• Work instruction: Only the lines below starting at the one containing "#101=CARTESIAN_POINT('',(790.75,0.,0.));" and ending at the one containing "#133=FACE_BOUND('',#132,.T.);" belong in the answer, each copied exactly.

• Material supplied:
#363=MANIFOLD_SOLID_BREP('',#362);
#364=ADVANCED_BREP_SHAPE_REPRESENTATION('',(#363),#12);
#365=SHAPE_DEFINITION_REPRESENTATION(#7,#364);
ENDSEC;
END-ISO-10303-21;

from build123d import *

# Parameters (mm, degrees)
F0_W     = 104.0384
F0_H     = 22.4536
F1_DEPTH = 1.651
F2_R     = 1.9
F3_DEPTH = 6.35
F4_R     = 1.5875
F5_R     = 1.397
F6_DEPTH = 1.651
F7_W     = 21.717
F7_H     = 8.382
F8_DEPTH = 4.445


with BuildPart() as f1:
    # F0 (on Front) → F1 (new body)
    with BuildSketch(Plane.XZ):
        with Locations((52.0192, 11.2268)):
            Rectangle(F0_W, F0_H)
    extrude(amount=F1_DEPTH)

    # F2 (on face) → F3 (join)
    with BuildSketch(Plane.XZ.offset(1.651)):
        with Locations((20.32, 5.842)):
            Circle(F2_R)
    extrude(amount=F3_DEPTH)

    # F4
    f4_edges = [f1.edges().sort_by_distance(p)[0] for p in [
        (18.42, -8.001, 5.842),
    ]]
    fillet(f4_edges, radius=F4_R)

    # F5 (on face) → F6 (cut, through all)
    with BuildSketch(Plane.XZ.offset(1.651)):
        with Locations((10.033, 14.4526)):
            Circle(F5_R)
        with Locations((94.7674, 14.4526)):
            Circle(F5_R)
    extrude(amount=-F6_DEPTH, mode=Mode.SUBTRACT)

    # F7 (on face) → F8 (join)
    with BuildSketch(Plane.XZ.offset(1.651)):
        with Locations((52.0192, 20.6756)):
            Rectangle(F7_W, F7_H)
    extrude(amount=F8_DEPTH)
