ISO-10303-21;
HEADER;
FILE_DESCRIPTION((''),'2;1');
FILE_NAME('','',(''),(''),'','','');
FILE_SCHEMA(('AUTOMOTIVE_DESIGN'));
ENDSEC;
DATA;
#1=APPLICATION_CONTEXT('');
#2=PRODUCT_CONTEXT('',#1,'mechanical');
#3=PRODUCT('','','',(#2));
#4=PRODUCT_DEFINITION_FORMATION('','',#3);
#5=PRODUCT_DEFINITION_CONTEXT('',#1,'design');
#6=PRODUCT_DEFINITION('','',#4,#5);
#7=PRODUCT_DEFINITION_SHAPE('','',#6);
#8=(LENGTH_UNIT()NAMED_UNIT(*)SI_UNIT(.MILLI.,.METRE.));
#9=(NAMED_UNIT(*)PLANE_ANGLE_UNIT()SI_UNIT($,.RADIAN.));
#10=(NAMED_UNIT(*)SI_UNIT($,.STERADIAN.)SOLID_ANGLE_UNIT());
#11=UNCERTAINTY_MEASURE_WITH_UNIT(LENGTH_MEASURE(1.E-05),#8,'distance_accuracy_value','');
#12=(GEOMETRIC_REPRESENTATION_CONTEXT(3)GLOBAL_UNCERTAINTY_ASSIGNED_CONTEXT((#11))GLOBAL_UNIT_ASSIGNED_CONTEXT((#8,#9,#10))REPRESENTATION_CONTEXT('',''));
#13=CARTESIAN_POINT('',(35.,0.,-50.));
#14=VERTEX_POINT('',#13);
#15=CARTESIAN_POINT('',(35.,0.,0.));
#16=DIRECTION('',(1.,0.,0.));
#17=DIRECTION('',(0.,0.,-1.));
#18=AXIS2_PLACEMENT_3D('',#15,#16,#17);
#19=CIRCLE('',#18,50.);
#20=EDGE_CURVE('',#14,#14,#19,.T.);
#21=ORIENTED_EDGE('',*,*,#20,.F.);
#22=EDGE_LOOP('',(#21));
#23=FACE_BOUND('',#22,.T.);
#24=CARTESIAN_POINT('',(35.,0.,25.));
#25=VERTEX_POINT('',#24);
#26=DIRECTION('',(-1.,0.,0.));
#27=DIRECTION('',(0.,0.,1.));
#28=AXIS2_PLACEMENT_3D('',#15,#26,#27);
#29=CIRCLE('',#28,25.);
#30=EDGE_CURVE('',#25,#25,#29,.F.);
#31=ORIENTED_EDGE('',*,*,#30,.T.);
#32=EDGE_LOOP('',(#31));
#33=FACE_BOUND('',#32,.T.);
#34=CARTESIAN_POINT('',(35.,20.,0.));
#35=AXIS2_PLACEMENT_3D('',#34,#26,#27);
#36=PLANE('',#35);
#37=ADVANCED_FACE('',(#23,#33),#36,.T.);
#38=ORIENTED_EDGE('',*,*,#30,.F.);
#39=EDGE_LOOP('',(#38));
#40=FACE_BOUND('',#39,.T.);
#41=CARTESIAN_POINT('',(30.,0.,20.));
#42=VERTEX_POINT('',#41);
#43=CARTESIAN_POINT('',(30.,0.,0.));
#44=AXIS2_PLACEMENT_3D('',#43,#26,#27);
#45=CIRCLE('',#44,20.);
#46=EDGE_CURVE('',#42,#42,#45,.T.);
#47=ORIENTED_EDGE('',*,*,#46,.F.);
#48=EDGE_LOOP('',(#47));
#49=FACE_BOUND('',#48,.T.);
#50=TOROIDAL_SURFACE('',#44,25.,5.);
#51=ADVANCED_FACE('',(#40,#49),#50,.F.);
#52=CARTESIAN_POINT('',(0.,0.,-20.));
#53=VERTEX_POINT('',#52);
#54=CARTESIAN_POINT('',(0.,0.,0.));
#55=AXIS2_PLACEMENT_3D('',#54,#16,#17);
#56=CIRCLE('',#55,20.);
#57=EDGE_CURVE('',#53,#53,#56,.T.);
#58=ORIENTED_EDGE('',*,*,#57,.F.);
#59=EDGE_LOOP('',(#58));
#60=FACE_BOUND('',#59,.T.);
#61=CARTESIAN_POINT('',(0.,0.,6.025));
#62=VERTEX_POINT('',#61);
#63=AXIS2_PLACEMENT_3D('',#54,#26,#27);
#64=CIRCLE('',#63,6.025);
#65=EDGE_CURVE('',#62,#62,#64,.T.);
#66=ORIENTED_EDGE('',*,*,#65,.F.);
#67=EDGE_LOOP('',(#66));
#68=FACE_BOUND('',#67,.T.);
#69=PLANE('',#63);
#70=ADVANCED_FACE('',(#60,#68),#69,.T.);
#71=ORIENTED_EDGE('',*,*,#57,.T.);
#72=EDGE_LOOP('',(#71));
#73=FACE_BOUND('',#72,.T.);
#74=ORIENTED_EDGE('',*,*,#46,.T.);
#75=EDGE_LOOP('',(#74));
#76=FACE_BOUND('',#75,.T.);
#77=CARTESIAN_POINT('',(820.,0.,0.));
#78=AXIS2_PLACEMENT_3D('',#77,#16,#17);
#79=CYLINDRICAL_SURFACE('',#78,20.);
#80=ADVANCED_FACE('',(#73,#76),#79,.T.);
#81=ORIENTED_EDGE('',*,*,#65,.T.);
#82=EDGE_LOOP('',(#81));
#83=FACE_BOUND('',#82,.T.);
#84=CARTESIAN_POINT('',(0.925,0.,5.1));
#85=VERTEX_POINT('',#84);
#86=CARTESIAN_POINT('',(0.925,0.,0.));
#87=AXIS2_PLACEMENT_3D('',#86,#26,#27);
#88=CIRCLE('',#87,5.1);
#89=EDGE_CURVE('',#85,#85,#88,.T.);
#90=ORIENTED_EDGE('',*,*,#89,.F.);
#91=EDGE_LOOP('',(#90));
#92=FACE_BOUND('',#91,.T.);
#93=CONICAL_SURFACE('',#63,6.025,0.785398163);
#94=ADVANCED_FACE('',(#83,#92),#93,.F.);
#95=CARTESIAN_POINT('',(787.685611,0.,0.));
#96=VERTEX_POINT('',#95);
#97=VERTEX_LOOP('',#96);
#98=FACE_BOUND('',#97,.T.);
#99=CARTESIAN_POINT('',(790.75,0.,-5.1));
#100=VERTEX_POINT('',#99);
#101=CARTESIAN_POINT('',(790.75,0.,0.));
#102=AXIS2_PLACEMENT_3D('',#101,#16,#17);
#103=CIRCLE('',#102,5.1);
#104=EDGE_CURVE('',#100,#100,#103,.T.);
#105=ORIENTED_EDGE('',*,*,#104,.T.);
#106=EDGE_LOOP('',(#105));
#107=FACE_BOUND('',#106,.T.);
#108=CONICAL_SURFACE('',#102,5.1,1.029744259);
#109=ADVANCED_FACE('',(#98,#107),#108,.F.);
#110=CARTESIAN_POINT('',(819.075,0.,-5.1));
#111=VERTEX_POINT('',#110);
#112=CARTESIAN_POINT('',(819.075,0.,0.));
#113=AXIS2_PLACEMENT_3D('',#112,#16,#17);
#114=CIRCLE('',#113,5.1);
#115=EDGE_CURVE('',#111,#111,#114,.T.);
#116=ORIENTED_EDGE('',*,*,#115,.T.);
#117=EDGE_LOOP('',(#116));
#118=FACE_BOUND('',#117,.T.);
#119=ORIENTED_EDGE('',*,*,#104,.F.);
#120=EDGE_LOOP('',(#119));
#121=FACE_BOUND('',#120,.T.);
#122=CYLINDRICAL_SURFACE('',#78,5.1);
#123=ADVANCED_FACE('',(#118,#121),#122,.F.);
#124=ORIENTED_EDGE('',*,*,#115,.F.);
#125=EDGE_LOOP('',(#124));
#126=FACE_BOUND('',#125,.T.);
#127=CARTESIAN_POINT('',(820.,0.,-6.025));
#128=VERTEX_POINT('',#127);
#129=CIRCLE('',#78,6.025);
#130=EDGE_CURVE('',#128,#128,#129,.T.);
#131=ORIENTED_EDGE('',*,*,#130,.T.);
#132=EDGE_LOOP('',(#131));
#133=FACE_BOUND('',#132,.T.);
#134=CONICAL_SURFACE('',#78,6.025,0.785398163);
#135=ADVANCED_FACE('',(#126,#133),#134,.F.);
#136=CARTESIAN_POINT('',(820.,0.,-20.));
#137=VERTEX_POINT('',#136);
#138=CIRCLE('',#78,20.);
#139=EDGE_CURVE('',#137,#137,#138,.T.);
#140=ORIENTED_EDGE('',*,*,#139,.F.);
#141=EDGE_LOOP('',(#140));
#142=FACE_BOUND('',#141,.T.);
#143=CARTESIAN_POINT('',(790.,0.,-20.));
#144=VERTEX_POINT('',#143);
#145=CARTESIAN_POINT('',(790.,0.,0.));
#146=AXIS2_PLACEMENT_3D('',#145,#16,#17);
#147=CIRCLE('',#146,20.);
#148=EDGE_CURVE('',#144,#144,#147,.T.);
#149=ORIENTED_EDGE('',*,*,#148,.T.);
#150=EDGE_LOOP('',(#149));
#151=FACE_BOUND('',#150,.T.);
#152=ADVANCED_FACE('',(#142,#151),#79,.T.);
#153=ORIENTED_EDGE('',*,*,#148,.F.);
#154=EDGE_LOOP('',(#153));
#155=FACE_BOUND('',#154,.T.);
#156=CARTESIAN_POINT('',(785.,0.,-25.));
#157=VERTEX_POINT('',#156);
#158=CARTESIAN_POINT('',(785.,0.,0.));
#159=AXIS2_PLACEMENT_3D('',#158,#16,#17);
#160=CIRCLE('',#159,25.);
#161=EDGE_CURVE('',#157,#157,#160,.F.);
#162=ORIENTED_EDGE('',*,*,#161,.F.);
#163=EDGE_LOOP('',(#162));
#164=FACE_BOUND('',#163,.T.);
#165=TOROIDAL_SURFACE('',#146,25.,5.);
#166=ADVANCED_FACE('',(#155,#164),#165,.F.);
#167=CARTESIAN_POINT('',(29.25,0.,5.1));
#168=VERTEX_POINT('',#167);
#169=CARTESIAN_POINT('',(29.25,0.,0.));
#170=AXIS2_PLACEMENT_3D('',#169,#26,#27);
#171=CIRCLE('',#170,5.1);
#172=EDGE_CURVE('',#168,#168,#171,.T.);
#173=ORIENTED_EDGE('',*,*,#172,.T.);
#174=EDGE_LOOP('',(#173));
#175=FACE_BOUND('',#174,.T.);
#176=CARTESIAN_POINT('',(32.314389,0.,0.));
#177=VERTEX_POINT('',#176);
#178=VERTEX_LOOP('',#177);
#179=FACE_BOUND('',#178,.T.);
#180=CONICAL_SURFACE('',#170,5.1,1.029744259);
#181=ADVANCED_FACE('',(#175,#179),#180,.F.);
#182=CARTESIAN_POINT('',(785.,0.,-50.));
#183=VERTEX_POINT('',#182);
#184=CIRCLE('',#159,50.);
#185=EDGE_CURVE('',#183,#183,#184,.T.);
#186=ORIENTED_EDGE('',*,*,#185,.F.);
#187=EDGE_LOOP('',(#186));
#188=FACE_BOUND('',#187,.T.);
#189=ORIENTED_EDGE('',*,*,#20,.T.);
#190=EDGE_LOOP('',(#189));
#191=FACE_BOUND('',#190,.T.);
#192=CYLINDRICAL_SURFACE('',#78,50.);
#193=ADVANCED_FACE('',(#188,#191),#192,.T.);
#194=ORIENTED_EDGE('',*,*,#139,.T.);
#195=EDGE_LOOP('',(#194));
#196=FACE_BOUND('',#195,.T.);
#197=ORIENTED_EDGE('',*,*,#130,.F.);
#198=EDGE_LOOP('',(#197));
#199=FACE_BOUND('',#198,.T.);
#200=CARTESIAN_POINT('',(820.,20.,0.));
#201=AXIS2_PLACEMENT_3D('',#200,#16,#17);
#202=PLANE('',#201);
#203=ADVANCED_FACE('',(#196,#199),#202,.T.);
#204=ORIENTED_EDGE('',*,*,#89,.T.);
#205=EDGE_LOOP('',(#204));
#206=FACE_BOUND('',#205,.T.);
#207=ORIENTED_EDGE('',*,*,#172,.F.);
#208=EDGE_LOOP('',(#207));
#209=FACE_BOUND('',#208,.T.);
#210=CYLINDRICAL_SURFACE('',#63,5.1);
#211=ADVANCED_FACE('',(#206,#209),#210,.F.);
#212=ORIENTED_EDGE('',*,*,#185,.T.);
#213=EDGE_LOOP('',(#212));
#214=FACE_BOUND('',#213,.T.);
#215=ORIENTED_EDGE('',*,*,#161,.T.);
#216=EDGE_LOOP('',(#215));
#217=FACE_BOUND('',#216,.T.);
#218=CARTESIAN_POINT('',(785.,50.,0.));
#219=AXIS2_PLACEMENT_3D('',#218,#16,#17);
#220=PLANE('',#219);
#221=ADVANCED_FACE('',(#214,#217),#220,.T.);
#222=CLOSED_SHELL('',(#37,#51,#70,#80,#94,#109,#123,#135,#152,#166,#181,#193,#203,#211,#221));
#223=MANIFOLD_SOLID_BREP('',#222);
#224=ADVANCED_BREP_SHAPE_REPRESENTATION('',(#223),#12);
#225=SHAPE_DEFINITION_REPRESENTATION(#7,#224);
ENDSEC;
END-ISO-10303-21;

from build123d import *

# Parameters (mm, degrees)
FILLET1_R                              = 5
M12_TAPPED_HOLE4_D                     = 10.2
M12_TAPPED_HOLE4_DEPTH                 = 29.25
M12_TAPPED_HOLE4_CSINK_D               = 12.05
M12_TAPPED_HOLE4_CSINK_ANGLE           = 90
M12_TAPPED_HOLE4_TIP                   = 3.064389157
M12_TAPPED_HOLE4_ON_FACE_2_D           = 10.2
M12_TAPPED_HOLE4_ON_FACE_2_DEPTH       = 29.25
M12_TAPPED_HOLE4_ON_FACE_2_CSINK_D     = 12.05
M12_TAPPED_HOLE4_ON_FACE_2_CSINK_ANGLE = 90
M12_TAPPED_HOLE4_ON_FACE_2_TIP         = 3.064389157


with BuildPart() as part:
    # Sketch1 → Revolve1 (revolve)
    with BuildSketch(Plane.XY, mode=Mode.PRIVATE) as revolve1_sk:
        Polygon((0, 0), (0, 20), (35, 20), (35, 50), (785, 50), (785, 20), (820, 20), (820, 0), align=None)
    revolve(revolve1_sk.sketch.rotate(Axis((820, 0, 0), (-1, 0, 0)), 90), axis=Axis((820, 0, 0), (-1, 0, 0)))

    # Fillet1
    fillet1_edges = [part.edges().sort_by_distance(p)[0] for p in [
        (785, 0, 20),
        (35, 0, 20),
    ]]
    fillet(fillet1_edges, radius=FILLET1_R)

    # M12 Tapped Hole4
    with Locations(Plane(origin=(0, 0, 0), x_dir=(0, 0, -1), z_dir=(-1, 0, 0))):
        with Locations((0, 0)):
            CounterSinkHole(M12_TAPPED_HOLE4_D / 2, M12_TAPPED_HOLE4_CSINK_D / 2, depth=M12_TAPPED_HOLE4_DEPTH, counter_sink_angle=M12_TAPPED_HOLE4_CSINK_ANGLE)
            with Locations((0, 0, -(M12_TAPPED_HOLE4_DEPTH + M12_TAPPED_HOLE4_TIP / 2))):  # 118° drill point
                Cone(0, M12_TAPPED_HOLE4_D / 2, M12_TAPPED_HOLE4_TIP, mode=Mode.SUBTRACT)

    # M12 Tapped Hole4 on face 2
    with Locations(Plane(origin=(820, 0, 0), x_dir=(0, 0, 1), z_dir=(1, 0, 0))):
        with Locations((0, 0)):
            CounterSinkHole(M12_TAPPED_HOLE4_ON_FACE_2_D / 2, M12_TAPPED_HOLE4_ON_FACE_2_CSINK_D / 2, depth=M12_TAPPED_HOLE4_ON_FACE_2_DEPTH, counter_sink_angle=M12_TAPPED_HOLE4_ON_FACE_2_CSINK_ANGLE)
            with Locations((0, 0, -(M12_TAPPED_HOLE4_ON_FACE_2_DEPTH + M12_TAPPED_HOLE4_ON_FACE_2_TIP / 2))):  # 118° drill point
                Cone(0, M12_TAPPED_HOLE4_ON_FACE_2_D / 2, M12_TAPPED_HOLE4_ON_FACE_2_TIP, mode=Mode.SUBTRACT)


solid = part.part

• Task result:
#101=CARTESIAN_POINT('',(790.75,0.,0.));
#102=AXIS2_PLACEMENT_3D('',#101,#16,#17);
#103=CIRCLE('',#102,5.1);
#104=EDGE_CURVE('',#100,#100,#103,.T.);
#105=ORIENTED_EDGE('',*,*,#104,.T.);
#106=EDGE_LOOP('',(#105));
#107=FACE_BOUND('',#106,.T.);
#108=CONICAL_SURFACE('',#102,5.1,1.029744259);
#109=ADVANCED_FACE('',(#98,#107),#108,.F.);
#110=CARTESIAN_POINT('',(819.075,0.,-5.1));
#111=VERTEX_POINT('',#110);
#112=CARTESIAN_POINT('',(819.075,0.,0.));
#113=AXIS2_PLACEMENT_3D('',#112,#16,#17);
#114=CIRCLE('',#113,5.1);
#115=EDGE_CURVE('',#111,#111,#114,.T.);
#116=ORIENTED_EDGE('',*,*,#115,.T.);
#117=EDGE_LOOP('',(#116));
#118=FACE_BOUND('',#117,.T.);
#119=ORIENTED_EDGE('',*,*,#104,.F.);
#120=EDGE_LOOP('',(#119));
#121=FACE_BOUND('',#120,.T.);
#122=CYLINDRICAL_SURFACE('',#78,5.1);
#123=ADVANCED_FACE('',(#118,#121),#122,.F.);
#124=ORIENTED_EDGE('',*,*,#115,.F.);
#125=EDGE_LOOP('',(#124));
#126=FACE_BOUND('',#125,.T.);
#127=CARTESIAN_POINT('',(820.,0.,-6.025));
#128=VERTEX_POINT('',#127);
#129=CIRCLE('',#78,6.025);
#130=EDGE_CURVE('',#128,#128,#129,.T.);
#131=ORIENTED_EDGE('',*,*,#130,.T.);
#132=EDGE_LOOP('',(#131));
#133=FACE_BOUND('',#132,.T.);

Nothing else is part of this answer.